Recess play is for the child to explore. As long as the environment is safe, if they use their creativity to make something new with a little noise and lots of fun, that’s great, says Mdm Siti Aishah, Subject Head of Aesthetics from Punggol Primary School. Here are some things you can do.

1. Ask open-ended questions. Open-ended questions cannot be answered with just a ‘yes’ or ‘no’. It encourages your child to explain and elaborate. Listening to your questions will also teach your child how to ask questions and have a conversation

2. Just let them talk. Ask your child about playtime. Listening to them will give you insights – who their friends are, what games they play, what they find interesting or annoying, how they handle difficulties.

3. Set up a free play area. Give your child some space at home for “free play”. They can play dress up, create stories or plan games to bring to the next school recess play session… Remember: Do not tell them how to play or how that ‘story’ should end.

4. Provide play materials. Take note that this does not necessarily mean toys. An old cardboard box, small rubber balls, colourful strings, plastic cups and bowls, sticky tape and a pair of scissors may sound like odd items to give to your child to play with but just a take a step back and watch what they will do with them. You will be surprised.

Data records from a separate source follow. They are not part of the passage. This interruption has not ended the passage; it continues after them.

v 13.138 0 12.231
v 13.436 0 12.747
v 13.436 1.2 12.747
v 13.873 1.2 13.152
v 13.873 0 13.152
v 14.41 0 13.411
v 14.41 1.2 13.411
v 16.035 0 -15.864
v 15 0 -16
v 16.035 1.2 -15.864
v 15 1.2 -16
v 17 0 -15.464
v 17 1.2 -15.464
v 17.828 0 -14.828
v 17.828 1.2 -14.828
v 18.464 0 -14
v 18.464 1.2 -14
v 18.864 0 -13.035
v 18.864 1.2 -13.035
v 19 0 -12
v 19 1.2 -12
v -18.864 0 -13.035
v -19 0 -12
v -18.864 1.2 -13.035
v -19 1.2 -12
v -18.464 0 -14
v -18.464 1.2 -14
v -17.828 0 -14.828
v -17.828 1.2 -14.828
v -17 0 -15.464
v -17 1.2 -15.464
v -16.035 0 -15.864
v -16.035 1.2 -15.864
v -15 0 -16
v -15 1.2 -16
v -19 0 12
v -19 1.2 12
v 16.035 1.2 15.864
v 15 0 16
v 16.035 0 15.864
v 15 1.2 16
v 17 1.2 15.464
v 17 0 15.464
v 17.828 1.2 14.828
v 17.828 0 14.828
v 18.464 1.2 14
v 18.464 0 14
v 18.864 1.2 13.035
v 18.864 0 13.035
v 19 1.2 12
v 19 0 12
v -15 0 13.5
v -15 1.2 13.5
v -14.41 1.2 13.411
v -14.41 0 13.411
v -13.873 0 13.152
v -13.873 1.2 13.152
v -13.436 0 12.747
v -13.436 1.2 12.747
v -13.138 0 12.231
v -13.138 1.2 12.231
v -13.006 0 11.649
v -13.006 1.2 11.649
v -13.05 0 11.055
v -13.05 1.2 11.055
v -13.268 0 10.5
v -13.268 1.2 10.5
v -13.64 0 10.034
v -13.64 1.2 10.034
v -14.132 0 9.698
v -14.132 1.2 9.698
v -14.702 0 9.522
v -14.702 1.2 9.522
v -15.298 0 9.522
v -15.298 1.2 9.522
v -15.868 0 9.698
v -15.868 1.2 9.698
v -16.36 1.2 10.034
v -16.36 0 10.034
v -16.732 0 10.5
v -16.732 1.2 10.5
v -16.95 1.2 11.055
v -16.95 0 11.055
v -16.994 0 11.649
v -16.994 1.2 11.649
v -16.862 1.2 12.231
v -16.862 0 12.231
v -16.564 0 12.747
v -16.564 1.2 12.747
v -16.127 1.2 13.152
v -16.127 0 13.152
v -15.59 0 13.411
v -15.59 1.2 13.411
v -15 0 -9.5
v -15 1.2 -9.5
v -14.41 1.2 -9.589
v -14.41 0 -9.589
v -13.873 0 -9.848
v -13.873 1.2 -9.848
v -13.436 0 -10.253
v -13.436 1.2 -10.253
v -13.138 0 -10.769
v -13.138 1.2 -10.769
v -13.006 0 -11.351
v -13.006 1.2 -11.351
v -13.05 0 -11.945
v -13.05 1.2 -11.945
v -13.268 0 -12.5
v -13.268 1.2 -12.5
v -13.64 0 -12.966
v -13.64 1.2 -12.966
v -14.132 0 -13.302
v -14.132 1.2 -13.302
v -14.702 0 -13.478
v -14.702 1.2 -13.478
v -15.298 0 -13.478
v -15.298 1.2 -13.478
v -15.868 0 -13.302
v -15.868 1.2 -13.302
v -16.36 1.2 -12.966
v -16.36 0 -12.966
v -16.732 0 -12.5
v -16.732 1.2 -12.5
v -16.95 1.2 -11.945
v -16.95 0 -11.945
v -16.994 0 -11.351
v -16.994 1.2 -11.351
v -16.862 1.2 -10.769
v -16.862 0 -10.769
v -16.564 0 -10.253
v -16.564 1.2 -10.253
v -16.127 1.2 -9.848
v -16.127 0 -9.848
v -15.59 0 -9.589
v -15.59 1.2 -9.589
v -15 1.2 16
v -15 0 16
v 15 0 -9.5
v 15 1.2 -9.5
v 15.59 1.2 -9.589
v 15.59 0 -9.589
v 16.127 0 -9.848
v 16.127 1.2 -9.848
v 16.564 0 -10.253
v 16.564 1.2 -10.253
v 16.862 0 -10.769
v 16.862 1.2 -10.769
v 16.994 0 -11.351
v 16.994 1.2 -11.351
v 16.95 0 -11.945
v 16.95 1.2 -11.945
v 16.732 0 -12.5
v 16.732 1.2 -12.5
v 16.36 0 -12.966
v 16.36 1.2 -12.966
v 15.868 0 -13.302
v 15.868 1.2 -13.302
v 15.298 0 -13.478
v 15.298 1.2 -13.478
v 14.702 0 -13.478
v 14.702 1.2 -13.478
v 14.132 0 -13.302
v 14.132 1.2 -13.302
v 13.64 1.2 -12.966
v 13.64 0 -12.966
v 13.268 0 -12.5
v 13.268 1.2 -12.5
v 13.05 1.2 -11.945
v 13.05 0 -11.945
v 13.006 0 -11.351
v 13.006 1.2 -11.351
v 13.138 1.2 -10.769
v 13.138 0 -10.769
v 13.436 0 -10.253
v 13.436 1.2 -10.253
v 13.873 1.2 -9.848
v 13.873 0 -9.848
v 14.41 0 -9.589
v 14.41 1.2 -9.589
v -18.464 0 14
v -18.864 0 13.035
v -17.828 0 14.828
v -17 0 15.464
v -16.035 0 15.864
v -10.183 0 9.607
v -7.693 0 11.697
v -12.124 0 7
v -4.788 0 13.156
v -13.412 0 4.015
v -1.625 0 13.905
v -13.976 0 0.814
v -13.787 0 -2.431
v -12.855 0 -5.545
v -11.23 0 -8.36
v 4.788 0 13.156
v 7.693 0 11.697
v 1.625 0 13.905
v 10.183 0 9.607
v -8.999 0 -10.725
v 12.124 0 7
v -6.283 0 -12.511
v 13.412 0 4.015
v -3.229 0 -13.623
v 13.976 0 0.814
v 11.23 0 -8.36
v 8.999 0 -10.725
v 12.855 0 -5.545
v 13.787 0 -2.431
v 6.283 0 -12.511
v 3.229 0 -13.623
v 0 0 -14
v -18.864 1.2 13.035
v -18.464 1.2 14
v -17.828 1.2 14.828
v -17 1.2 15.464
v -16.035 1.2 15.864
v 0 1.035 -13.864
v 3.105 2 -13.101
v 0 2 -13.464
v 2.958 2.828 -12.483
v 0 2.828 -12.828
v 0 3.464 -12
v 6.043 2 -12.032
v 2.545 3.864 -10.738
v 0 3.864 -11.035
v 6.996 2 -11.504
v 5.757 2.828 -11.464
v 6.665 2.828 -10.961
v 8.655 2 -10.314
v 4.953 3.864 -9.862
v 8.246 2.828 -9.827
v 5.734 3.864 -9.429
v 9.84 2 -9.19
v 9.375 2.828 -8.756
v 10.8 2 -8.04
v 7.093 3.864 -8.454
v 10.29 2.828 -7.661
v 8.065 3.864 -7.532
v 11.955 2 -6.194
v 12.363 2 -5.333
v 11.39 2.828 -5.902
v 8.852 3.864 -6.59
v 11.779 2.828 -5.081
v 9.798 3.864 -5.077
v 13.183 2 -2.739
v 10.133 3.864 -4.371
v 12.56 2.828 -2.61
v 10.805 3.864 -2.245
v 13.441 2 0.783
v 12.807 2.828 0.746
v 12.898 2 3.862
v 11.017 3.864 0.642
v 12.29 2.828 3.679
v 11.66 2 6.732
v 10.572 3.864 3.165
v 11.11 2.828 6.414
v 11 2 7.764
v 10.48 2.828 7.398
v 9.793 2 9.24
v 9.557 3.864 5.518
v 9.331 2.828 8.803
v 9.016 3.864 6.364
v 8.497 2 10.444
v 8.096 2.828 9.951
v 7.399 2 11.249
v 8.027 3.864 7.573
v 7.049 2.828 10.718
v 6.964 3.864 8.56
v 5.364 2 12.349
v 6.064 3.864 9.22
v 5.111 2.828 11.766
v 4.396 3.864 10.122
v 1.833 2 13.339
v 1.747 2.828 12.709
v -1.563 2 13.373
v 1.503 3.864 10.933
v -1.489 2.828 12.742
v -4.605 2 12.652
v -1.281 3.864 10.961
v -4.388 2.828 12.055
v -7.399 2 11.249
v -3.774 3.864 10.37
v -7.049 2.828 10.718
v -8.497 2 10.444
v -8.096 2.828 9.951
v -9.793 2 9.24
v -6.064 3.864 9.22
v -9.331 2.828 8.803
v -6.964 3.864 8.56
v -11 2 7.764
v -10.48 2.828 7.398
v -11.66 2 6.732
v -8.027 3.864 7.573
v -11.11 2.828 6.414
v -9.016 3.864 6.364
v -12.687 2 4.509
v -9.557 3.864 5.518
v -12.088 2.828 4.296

5. Create a New Game. Ask your child how a game is played. For example, ask your child why a soccer game requires two goal posts. Can we have more goal posts? How do we create a new game with a change in equipment and rules? There’s no right or wrong in any decisions made. Allow them to experiment and learn on their own.

6. Throw them a challenge. If your child is a bit older, ask them how they would design playtime in school and why. This will make your child think about what works, what doesn’t. He or she will have to argue and present their case – all valuable skills.

“My child made me something… I’m not sure what it is.”

Making things has many benefits – from building confidence to creativity to resilience and problem-solving skills, says Mr Nur Haqam Abdul Latiff, Head of Department for ICT from Woodgrove Primary School. Here’s how you can help your child be a maker.

1. Encourage them to write a ‘making’ journal. Journals are not just about writing essays. Your child can document his/her creative process. For example, “My car toy – tried to make a wind-up car but the winding mechanism isn’t working out. Will try springs next week…” This will teach them about making notes (useful in so many ways). Writing things down also helps to sharpen ideas. Plus, it will be such a fun notebook to look through in the years to come… after he or she has designed their first real car or video game.

2. Look up “crafty” web sites with your child. Not only could you benefit (beaded handbags? Woven pencil cases?) but your child’s research abilities will get a boost, and they will learn a bit about judgement (“Oh, that looked easy but it took longer than I thought… next time I’ll set aside two hours instead of one…”)

3. Talk about the cost. If your child is good at making things, you could try role-playing - buying/selling their crafts with Monopoly money first, to give them the basics of personal finance. How much should that beaded bag cost? Then, when you feel they are ready, they could try their selling their ware for real. You could be raising a real entrepreneur…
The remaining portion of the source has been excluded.